Sonuçta helen Braille alfabesiyle
Fransızca, Almanca, Yunanca, ve Latince öğrenmiş. Her bir sözcüğü
avuca yazma metoduyla üniversiteyi üstün başarıyla bitirmiş. Dünyada
üniversiteyi bitiren ilk duyma özürlü kişi Helen Keler olmuş. Dünyaca
tanınan bir yazar olmuş aynı zamanda. 88 yaşına kadar görmeden,
duymadan, konuşmadan ama özel bir metodla hem okuyan hem yazan faydalı
olan biri Helen Keller... Ve tabii ki dehşet bir mücadele ve vazgeçmeme
örneği.
Peki Pınar Çatalkaya
adını duymuş muydun? Pınar da sağlıklı bir bebek olarak dünyaya gelmiş.
16 yaşında bağışıklık sisteminde meydana gelen bir hastalık sebebiyle,
göz arkasında bir iltihap oluşmuş. Tedavi sonuç vermemiş. Göremez olmuş.
Aradan yirmi yıl geçmiş. Çok iyi öğrenci olmasına rağmen, öğrenimine
tedavi süresince devam edememiş.
"Ne oldum değil ne olacağım demeli" derler. Ne kadar doğru. Kim yarın
ne olacağını bilebilir ki? Herşey insanlar için... Aralık ayına girdik. Peki 3 Aralık'ta ne var? Dünya Engelliler Günü.
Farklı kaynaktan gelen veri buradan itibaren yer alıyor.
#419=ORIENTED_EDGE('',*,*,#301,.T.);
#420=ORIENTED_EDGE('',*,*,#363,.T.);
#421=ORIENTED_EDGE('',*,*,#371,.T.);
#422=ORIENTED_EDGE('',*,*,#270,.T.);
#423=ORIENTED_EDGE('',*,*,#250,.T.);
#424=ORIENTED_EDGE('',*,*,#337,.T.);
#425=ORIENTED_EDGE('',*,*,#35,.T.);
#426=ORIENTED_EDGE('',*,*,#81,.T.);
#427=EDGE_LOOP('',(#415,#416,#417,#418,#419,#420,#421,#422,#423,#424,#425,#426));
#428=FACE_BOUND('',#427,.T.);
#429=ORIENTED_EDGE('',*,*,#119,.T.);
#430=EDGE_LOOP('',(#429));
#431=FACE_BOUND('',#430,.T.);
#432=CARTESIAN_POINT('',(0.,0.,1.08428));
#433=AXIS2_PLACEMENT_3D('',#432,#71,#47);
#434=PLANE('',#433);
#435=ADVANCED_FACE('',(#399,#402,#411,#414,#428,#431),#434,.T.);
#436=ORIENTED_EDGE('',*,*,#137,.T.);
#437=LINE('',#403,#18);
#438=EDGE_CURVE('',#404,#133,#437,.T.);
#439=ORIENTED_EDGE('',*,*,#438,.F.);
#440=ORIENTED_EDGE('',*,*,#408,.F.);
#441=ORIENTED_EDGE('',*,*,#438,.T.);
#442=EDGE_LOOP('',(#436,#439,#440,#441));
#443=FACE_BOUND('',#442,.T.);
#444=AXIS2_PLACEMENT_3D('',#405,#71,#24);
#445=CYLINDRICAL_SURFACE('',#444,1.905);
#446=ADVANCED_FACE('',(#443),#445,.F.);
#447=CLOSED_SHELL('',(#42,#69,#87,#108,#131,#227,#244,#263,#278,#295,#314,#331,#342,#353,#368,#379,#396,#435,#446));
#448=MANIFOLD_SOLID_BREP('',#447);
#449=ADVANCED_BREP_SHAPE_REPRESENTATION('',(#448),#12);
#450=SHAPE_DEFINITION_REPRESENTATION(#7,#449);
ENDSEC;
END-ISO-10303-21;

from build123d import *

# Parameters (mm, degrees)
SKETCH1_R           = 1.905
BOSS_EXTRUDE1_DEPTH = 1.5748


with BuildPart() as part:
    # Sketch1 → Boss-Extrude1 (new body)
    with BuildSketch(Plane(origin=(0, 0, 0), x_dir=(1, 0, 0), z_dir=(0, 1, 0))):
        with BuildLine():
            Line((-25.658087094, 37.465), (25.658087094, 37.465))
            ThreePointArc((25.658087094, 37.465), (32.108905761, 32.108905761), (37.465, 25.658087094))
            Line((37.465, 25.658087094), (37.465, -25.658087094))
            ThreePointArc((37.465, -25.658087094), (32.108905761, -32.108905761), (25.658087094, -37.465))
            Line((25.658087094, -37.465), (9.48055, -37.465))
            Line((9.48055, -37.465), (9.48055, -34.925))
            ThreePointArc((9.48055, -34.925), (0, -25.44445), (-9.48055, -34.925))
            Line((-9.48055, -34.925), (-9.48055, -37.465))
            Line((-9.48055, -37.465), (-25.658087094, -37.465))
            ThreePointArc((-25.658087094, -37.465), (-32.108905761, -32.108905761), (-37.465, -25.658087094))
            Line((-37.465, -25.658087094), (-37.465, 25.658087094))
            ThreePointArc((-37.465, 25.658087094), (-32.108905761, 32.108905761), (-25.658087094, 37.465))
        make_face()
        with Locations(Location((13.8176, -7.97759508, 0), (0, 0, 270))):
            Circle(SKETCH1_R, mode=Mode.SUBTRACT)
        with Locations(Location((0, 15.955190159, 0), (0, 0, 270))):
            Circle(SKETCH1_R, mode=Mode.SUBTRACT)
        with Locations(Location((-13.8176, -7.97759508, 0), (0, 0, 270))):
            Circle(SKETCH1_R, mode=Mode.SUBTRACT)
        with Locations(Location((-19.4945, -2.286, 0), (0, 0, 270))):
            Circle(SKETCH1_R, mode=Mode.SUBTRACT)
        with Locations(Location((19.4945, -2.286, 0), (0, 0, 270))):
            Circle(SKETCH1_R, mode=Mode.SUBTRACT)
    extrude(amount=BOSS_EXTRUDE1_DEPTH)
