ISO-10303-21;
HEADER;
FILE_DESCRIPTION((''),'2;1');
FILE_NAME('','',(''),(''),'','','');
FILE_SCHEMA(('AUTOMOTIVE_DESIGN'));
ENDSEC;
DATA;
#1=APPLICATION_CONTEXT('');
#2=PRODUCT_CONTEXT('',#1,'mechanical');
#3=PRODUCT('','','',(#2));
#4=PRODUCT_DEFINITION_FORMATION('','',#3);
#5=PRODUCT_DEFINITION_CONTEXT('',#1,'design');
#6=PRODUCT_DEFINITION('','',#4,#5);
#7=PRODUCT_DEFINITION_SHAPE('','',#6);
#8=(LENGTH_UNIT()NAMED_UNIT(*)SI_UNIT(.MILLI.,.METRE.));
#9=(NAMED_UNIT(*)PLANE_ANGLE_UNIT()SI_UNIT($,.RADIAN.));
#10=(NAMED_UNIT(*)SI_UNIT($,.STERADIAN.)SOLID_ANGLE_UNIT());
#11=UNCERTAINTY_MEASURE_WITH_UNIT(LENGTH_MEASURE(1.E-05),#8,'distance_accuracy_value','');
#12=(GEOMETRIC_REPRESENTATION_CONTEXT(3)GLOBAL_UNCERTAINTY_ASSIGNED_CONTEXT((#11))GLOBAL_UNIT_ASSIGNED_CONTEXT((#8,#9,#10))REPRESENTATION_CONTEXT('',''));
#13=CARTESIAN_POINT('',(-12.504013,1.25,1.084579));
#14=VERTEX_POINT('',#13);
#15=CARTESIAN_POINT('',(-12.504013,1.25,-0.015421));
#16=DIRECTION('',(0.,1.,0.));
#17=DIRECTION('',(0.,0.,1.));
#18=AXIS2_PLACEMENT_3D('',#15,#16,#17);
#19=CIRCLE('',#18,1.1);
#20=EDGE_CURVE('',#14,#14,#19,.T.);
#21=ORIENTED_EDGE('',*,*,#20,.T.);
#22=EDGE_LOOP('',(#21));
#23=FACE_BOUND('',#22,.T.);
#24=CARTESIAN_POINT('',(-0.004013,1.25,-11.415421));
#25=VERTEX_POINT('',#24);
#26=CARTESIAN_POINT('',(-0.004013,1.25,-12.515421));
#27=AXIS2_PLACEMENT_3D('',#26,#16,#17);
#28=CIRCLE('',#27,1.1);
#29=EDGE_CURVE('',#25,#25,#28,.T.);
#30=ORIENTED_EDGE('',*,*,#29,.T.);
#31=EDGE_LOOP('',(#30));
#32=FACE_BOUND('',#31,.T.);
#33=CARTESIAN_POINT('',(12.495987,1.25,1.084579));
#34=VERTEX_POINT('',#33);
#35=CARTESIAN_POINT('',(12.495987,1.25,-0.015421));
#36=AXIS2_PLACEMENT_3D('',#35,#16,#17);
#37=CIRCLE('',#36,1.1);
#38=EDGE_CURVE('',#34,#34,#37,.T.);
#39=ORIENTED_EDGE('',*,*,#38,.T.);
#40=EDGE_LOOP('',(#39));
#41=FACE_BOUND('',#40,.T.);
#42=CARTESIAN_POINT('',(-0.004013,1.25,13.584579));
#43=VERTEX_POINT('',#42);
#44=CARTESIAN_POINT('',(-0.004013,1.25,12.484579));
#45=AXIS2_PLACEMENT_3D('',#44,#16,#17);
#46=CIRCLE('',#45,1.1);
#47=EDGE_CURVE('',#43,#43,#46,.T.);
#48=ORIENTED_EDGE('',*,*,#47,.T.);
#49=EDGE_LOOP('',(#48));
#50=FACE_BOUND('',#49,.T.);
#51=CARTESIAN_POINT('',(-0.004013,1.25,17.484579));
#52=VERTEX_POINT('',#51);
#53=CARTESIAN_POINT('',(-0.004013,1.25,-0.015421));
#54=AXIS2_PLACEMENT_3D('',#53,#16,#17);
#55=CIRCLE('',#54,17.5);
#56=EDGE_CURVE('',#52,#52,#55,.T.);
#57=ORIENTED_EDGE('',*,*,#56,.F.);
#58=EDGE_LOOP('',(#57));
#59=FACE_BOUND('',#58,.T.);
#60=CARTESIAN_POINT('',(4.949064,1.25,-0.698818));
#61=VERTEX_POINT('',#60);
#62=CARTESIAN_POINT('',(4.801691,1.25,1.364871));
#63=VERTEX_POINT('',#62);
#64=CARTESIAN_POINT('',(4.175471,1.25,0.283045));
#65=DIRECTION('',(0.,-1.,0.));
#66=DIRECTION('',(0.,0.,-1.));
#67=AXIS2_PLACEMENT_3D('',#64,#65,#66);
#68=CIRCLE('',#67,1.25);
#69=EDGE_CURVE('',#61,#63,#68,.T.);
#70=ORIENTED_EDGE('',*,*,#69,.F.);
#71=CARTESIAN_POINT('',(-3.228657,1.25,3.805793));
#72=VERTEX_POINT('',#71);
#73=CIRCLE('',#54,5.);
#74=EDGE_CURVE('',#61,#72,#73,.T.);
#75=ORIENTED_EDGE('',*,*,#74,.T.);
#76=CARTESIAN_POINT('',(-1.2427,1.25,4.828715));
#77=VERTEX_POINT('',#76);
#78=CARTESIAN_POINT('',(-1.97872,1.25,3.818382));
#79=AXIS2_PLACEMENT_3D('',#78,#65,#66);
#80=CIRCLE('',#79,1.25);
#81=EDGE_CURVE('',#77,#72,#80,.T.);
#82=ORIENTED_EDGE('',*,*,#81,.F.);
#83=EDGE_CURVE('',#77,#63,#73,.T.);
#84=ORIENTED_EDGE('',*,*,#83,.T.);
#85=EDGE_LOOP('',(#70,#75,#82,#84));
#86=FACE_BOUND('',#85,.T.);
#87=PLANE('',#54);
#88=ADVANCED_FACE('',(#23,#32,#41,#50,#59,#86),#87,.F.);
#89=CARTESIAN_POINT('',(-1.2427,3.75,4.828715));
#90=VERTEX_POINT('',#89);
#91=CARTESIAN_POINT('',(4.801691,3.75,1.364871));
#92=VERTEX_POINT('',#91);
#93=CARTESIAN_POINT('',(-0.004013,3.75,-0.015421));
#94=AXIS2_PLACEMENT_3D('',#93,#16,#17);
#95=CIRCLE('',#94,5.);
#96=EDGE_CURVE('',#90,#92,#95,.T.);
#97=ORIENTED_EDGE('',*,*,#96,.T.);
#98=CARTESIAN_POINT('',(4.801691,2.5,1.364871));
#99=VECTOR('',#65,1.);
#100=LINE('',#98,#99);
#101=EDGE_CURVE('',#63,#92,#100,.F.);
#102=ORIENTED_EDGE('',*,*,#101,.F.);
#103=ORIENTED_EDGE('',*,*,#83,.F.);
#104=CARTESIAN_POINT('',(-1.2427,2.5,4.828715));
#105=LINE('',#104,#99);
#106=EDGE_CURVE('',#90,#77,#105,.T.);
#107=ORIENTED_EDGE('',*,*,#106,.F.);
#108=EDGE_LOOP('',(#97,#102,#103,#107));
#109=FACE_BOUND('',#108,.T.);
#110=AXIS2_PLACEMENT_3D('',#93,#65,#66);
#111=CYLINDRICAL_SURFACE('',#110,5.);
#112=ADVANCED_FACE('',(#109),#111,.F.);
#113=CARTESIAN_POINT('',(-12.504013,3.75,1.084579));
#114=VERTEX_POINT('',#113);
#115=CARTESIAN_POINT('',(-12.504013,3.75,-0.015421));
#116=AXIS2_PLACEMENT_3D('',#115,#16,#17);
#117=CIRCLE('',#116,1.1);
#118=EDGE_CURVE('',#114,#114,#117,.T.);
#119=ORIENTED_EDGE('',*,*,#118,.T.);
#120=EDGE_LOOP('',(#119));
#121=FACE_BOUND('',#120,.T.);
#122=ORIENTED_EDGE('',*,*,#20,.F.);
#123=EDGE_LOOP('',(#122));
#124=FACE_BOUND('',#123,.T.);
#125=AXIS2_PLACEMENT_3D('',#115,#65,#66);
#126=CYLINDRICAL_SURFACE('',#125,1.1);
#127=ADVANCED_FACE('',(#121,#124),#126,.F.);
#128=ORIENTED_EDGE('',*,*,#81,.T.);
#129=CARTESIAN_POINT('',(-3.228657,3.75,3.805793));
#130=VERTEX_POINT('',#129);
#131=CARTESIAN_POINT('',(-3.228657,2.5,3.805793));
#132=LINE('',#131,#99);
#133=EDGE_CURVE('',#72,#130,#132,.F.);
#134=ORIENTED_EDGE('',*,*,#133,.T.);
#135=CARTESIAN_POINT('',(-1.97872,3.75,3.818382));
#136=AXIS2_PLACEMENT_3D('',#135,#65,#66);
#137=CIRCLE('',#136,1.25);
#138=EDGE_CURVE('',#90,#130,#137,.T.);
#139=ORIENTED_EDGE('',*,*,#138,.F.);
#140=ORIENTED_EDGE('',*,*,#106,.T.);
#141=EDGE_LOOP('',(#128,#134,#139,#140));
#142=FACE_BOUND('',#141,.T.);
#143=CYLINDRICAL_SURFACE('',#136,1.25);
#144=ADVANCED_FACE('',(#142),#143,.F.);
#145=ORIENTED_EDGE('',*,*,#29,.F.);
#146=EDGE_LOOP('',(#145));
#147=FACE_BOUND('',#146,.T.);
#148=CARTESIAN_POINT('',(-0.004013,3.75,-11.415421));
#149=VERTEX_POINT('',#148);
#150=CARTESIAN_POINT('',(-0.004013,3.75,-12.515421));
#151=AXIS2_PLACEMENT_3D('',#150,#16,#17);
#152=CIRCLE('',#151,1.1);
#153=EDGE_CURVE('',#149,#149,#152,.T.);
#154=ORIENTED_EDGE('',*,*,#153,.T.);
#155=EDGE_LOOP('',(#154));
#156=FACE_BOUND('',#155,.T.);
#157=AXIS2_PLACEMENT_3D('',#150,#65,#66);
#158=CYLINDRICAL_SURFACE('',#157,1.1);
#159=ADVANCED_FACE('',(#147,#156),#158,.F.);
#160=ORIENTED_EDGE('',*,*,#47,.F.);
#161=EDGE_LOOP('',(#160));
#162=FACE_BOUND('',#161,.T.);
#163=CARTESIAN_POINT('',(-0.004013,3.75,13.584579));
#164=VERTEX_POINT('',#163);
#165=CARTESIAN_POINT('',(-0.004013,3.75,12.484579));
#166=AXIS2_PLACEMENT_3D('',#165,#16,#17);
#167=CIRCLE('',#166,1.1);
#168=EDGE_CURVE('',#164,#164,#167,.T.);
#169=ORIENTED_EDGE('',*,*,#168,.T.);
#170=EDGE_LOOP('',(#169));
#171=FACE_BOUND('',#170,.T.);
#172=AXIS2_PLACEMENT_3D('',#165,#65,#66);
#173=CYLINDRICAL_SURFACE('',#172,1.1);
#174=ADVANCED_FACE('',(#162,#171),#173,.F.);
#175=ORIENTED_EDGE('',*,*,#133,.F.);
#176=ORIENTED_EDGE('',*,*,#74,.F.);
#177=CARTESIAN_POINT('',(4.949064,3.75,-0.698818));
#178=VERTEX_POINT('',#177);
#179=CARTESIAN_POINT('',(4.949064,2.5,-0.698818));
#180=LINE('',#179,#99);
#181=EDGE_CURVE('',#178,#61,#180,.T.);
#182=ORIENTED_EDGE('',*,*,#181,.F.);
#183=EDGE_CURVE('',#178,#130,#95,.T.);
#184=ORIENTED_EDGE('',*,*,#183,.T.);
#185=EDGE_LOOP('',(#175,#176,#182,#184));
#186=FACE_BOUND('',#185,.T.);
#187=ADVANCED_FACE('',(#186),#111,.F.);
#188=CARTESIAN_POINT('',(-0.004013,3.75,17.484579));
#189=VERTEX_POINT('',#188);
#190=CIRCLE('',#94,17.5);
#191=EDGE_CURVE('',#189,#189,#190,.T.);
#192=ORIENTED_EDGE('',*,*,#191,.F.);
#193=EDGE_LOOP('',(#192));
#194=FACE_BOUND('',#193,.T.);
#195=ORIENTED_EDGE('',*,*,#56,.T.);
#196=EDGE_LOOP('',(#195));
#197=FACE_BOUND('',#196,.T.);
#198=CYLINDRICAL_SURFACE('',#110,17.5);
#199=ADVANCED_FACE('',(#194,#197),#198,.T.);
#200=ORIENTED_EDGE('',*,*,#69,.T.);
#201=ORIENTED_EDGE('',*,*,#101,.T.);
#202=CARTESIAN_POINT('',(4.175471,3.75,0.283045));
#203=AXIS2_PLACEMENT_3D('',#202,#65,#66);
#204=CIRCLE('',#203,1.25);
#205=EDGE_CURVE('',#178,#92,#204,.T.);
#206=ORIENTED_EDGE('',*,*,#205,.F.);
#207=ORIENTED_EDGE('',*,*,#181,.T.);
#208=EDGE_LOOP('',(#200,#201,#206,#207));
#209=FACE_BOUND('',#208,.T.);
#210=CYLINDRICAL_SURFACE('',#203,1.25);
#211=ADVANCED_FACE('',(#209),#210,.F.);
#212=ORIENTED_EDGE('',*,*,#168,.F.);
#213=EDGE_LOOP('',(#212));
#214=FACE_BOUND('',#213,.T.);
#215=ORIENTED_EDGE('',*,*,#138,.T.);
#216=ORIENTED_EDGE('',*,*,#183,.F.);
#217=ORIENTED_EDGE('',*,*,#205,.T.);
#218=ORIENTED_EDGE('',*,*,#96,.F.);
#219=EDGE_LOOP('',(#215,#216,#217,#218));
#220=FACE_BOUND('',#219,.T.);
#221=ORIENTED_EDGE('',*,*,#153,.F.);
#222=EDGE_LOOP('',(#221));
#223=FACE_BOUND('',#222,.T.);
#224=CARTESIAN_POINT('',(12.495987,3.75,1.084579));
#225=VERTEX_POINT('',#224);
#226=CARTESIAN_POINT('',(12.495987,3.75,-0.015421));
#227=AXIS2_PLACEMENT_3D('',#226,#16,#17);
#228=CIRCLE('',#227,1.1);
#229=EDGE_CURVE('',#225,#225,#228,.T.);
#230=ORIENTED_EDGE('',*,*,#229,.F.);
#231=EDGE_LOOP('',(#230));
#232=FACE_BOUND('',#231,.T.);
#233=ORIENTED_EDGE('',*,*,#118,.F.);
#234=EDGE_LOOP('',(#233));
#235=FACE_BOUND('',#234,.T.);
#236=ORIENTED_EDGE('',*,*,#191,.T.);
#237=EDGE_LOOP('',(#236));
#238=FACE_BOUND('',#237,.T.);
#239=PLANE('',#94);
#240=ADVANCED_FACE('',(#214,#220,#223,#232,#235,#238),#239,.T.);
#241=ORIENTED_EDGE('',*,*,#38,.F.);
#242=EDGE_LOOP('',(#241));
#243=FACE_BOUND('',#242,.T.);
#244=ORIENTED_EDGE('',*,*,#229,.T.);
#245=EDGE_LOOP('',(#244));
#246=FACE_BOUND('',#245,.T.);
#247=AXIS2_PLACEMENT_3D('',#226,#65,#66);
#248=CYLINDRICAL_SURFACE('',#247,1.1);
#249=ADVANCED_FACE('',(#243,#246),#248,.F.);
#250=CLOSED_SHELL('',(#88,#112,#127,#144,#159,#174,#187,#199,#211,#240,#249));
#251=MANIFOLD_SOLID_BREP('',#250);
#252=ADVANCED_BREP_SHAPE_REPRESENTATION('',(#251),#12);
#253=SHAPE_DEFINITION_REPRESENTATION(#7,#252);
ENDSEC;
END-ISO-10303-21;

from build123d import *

# Parameters (mm, degrees)
SKETCH1_R               = 35
SKETCH1_R_2             = 2.2
SKETCH1_R_3             = 10
BOSS_EXTRUDE1_DEPTH     = 5
ECHELLE2_SCALE          = 2
ESQUISSE3_R             = 5
ENL_V_MAT_EXTRU_1_DEPTH = 10
ECHELLE3_SCALE          = 0.25


with BuildPart() as part:
    # Sketch1 → Boss-Extrude1 (new body)
    with BuildSketch(Plane(origin=(0, 0, 0), x_dir=(1, 0, 0), z_dir=(0, 1, 0))):
        with Locations(Location((0, 0, 0), (0, 0, 270))):
            Circle(SKETCH1_R)
        with Locations(Location((0, 25, 0), (0, 0, 270))):
            Circle(SKETCH1_R_2, mode=Mode.SUBTRACT)
        with Locations(Location((25, 0, 0), (0, 0, 270))):
            Circle(SKETCH1_R_2, mode=Mode.SUBTRACT)
        with Locations(Location((0, -25, 0), (0, 0, 270))):
            Circle(SKETCH1_R_2, mode=Mode.SUBTRACT)
        with Locations(Location((-25, 0, 0), (0, 0, 270))):
            Circle(SKETCH1_R_2, mode=Mode.SUBTRACT)
        with Locations(Location((0, 0, 0), (0, 0, 270))):
            Circle(SKETCH1_R_3, mode=Mode.SUBTRACT)
    extrude(amount=BOSS_EXTRUDE1_DEPTH)


with BuildPart() as part_1:
    # Echelle2: scaled about (0, 2.5, 0)
    add(part.part.scale(ECHELLE2_SCALE).moved(Location((0, -2.5, 0))))

    # Esquisse3 → Enlèv. mat.-Extru.1 (cut)
    with BuildSketch(Plane.XZ.offset(2.5)):
        with Locations((16.717937413, 1.193862082)):
            Circle(ESQUISSE3_R)
        with Locations((-7.898828439, 15.335211041)):
            Circle(ESQUISSE3_R)
    extrude(amount=-ENL_V_MAT_EXTRU_1_DEPTH, mode=Mode.SUBTRACT)


with BuildPart() as part_2:
    # Echelle3: scaled about (-0.005350728, 2.5, -0.020561043)
    add(part_1.part.scale(ECHELLE3_SCALE).moved(Location((-0.004013046, 1.875, -0.015420782))))


solid = part_2.part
1880'lerde yaşayan, hem kör, hem sağır olan Helen Keler, kendisine
tanınan imkanlardan faydalanarak, yeteneklerini geliştirebilmiş.
Böylelikle hem kendine, hem topluma faydalı bir birey olabilmiş. Zaten
körler, acınacak ve çaresiz insanlar değiller. Sadece farklı öğrenme
metodlarıyla öğrenmeye ihtiyaçları var. Bizim okuduğumuz kitapları
farklı yöntemlerle okurlar ya da dinlerler. Fırsat eşitliği ve yeterli
olanaklar sağlanırsa görmek onlar için engel olmaktan çıkmaktadır.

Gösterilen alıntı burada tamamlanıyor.